So much This ^^^^^^^


----------



## Criquetpas (Sep 14, 2004)

Comon there has to be some fun here it is not the first time "condescending" has been used on RTF and it won't be the last. Everyone is entitled to an opinion, name or not. Like the TV when you see something you don't like change the channels...If you don't want to respond, don't, but, if you do well?


----------



## KwickLabs (Jan 3, 2003)

_"Common there has to be *some fun here* it is not the first time "condescending" has been used on RTF and it won't be the last."_

Earl......that's absolutely on target.


----------



## road kill (Feb 15, 2009)

quackaholic,
Just do the best you can, find out who is trying to help you and don't take it personal from those that aren't.

Take that from the voice of experience.

There are some terrific people who post here that would do anything they could to help you out.
There is almost no training situation you could face that someone here has not already encountered and share experiences with you.

All the best!

BTW--Every person I have met from here has been very pleasant and very nice people!

I hope that doesn't sound condescending!!!!!!!;-)


----------



## Kyle Garris (Oct 27, 2005)

Find a small handful that know what they're doing and develop a relationship with them. I post seldom, PM often.


----------



## Becky Mills (Jun 6, 2004)

To me it isn't condescending to want to know a person's experience level. While I have and do learn from those with a number of different levels and areas of experience, I still like to know their background. If I am asking a health question, I'd just as soon know if the person giving advice is a long-practicing DVM or someone with their first puppy. If I am asking a specific question about All Age stakes in field trials, I think it stands to reason the person who has FC AFCs to their credit might be a bit more qualified to answer than someone who is working on their first Junior Hunter title. 
In my opinion that isn't condescending, it is common sense.


----------



## adubs (Jan 8, 2015)

DRAKEHAVEN said:


> adubs said:
> 
> 
> > Yes, as a new person with little to offer other than questions...I spend most of my time reading rather than typing...there are a lot of condescending remarks from what seems like the same few people. (Same thing on duckhuntingchat). As in everyday life the most negative are usually the loudest...[/QUOTE
> ...


----------



## swampcollielover (Nov 30, 2012)

What one person reads as 'condescending' someone else may see as a someone being to the point. The problem with all 'written' communications is that you lose much of the primary tools we all need for good quality communications that you get only from face to face discussions. So if you are always feeling that people are talking down to you, consider it probably is your perception, and not necessarily a condescending comment. No doubt some folks are a bit abrupt and even rude at times, I find the 'ignor' function works well to eliminate these folks from my posts and what I read. 

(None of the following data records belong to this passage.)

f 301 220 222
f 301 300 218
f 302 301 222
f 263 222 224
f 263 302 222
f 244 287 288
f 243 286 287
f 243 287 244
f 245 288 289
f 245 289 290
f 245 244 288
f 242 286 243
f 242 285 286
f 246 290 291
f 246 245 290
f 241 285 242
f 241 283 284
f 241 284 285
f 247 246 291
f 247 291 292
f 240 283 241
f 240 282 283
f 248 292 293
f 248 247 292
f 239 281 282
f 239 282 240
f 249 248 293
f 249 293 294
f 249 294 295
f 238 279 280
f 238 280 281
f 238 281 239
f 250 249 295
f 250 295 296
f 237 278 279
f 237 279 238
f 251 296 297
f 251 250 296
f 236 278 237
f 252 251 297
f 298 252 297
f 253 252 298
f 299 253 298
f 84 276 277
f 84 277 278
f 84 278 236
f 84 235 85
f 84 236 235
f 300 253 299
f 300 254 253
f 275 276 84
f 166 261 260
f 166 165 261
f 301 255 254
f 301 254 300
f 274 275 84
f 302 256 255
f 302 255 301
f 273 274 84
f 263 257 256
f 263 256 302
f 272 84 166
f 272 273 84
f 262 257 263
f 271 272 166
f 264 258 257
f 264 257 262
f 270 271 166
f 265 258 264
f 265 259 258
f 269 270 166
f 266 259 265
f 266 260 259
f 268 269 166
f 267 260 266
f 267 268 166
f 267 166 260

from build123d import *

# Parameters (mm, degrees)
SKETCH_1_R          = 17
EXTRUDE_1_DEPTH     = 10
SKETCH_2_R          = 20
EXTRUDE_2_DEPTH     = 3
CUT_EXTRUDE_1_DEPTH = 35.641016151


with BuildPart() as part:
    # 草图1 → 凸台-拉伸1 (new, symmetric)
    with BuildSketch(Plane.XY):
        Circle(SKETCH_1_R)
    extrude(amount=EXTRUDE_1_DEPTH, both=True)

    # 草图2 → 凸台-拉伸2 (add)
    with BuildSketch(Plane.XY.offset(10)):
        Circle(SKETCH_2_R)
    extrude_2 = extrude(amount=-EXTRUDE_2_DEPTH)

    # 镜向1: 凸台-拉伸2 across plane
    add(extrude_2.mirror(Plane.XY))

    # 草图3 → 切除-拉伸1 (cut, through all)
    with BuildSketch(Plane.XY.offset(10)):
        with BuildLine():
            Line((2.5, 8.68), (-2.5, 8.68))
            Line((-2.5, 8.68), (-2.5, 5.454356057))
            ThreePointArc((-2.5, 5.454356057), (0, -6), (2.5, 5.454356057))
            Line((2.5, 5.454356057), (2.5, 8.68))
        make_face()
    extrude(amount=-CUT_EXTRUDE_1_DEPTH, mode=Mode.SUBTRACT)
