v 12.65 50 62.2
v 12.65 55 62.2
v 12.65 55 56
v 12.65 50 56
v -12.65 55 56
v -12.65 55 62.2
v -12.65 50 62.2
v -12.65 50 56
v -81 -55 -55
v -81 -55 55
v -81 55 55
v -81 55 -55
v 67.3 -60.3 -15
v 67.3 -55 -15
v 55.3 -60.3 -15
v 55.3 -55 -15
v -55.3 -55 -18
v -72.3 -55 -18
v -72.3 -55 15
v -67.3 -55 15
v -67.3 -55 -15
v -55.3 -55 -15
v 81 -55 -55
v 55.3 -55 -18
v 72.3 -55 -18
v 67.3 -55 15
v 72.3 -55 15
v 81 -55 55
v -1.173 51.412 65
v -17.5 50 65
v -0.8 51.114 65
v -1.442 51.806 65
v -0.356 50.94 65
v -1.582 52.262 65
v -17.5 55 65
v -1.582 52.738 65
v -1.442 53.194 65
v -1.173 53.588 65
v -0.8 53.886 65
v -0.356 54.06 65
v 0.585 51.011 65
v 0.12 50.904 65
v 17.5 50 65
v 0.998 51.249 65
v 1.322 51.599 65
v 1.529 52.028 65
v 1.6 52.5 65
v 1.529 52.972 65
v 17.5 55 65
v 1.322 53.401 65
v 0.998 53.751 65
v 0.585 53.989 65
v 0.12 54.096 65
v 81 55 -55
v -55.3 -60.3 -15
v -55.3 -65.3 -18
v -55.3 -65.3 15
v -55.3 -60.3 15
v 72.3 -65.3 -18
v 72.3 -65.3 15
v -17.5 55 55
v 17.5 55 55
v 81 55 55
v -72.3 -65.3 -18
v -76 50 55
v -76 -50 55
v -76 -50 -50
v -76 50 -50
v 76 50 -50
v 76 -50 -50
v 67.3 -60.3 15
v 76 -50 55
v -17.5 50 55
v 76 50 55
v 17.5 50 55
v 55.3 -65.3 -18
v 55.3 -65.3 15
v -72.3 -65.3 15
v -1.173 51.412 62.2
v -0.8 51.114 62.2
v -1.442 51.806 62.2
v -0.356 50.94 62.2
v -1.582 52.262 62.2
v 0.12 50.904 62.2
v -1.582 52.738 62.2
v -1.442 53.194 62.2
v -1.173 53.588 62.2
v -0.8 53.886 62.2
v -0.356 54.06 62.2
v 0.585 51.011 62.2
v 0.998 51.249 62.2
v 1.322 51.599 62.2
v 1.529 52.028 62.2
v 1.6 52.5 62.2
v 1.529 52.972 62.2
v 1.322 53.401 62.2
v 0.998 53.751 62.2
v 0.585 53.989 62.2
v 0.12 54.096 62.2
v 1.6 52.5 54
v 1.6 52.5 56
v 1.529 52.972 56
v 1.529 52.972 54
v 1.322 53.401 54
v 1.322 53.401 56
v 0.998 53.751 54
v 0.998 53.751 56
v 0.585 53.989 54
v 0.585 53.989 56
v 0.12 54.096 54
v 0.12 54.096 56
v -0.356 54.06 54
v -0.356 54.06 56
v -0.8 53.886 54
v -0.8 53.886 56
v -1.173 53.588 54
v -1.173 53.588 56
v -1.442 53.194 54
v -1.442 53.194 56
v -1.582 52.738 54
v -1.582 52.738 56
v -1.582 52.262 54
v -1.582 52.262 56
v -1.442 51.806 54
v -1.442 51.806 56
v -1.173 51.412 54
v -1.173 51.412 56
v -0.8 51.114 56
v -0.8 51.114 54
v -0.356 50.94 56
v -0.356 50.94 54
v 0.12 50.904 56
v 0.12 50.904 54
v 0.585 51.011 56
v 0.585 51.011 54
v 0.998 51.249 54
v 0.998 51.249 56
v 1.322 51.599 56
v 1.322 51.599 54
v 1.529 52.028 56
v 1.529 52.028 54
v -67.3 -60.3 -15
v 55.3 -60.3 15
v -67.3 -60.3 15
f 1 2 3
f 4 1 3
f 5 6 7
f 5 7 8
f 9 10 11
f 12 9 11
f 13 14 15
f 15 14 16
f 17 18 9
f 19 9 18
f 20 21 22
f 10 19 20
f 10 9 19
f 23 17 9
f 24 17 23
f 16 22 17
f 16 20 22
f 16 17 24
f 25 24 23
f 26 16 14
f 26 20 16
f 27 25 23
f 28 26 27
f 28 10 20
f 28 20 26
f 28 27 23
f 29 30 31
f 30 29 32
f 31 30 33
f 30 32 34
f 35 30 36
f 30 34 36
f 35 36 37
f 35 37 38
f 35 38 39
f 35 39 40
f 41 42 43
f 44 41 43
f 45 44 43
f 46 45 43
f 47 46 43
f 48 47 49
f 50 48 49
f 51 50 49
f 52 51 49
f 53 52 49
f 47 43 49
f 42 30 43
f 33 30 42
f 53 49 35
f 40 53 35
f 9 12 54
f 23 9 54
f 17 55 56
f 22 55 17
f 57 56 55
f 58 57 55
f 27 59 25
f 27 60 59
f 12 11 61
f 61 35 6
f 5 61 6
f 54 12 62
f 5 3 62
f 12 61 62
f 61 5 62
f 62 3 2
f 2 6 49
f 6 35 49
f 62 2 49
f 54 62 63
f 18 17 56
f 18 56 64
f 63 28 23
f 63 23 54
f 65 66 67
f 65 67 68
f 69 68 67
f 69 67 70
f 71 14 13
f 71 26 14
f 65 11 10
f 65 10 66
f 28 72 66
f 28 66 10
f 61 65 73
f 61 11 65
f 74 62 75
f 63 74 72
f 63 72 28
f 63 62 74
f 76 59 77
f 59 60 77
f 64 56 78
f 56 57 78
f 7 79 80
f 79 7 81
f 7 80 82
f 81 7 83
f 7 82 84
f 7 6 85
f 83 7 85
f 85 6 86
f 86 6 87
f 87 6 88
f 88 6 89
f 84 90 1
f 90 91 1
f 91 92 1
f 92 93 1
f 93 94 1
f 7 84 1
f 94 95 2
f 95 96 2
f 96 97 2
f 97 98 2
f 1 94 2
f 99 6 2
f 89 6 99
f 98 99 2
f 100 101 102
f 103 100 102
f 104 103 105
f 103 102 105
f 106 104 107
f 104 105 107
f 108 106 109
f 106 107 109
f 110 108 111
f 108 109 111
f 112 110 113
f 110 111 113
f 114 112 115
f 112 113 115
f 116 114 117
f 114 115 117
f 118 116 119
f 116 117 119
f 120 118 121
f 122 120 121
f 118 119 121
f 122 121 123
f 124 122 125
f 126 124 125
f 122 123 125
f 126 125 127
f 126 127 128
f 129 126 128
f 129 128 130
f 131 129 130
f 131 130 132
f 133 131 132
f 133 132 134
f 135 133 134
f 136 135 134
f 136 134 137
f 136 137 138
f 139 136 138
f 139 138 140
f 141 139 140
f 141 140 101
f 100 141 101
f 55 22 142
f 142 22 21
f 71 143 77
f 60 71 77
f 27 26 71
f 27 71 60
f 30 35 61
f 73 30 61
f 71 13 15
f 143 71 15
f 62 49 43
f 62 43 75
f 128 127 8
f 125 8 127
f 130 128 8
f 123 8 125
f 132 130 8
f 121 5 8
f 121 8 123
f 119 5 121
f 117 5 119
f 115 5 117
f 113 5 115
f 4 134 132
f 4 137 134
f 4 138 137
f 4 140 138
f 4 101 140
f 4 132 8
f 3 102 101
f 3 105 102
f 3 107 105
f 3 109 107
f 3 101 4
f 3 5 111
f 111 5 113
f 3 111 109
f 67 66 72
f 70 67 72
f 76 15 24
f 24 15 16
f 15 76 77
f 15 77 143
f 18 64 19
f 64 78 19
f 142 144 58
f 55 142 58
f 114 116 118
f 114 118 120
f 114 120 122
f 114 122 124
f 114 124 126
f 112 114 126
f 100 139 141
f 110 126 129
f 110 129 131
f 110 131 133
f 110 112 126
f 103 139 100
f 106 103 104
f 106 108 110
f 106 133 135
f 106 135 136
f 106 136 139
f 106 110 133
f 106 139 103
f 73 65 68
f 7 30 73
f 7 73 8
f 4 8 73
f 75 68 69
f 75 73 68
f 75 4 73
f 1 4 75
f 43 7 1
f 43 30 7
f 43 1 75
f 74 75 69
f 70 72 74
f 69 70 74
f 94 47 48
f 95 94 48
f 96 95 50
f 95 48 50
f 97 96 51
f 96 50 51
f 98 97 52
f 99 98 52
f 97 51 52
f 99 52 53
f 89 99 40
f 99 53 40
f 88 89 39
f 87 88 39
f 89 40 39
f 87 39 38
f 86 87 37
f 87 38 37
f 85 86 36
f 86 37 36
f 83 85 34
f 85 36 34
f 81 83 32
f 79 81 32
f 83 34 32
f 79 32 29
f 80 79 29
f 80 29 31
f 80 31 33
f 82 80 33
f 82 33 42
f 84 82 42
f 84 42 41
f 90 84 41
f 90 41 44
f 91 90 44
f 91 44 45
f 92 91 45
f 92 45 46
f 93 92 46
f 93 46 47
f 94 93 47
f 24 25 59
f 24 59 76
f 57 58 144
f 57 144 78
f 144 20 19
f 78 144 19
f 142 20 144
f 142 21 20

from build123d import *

# Parameters (mm, degrees)
SKETCH1_W           = 162
SKETCH1_H           = 110
BOSS_EXTRUDE1_DEPTH = 55
SHELL1_T            = -5
BOSS_EXTRUDE3_DEPTH = 15
SKETCH6_W           = 17
SKETCH6_H           = 10.3
BOSS_EXTRUDE4_DEPTH = 3
SKETCH8_W           = 10
SKETCH8_H           = 5
BOSS_EXTRUDE5_DEPTH = 17.5
SKETCH9_W           = 25.3
SKETCH9_H           = 6.2
CUT_EXTRUDE1_DEPTH  = 5
SKETCH10_R          = 1.6
CUT_EXTRUDE2_DEPTH  = 11


with BuildPart() as part:
    # Sketch1 → Boss-Extrude1 (new, symmetric)
    with BuildSketch(Plane.XY):
        Rectangle(SKETCH1_W, SKETCH1_H)
    extrude(amount=BOSS_EXTRUDE1_DEPTH, both=True)

    # Shell1
    shell1_openings = [part.faces().sort_by_distance(p)[0] for p in [
        (0, 0, 55),
    ]]
    offset(amount=SHELL1_T, openings=shell1_openings, kind=Kind.INTERSECTION)

    # Sketch5 → Boss-Extrude3 (add, symmetric)
    with BuildSketch(Plane.XY):
        Polygon((-67.3, -55), (-67.3, -60.3), (-55.3, -60.3), (-55.3, -65.3), (-72.3, -65.3), (-72.3, -55), align=None)
        Polygon((67.3, -55), (67.3, -60.3), (55.3, -60.3), (55.3, -65.3), (72.3, -65.3), (72.3, -55), align=None)
    extrude(amount=BOSS_EXTRUDE3_DEPTH, both=True)

    # Sketch6 → Boss-Extrude4 (add)
    with BuildSketch(Plane(origin=(0, 0, -15), x_dir=(-1, 0, 0), z_dir=(0, 0, -1))):
        with Locations((63.8, -60.15)):
            Rectangle(SKETCH6_W, SKETCH6_H)
        with Locations((-63.8, -60.15)):
            Rectangle(SKETCH6_W, SKETCH6_H)
    extrude(amount=BOSS_EXTRUDE4_DEPTH)

    # Sketch8 → Boss-Extrude5 (add, symmetric)
    with BuildSketch(Plane(origin=(0, 0, 0), x_dir=(0, 0, -1), z_dir=(1, 0, 0))):
        with Locations((-60, 52.5)):
            Rectangle(SKETCH8_W, SKETCH8_H)
    extrude(amount=BOSS_EXTRUDE5_DEPTH, both=True)

    # Sketch9 → Cut-Extrude1 (cut)
    with BuildSketch(Plane(origin=(0, 55, 0), x_dir=(1, 0, 0), z_dir=(0, 1, 0))):
        with Locations((0, -59.1)):
            Rectangle(SKETCH9_W, SKETCH9_H)
    extrude(amount=-CUT_EXTRUDE1_DEPTH, mode=Mode.SUBTRACT)

    # Sketch10 → Cut-Extrude2 (cut)
    with BuildSketch(Plane.XY.offset(65)):
        with Locations((0, 52.5)):
            Circle(SKETCH10_R)
    extrude(amount=-CUT_EXTRUDE2_DEPTH, mode=Mode.SUBTRACT)


solid = part.part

It can be fun and informative, as already said, good to have thick skin, but also to understand the disadvantages to this type of communications and more importantly, keep an open mind.


----------



## KwickLabs (Jan 3, 2003)

Becky Mills said, _"I think it stands to reason the person who has FC AFCs to their credit might be a bit more qualified to answer than someone who is working on their first Junior Hunter title."_

Walt said, _"Entry express is just a few clicks away....."_.

The above are tactful, *helpful* approaches. 

This is what the inexperienced need......solid, doable advice.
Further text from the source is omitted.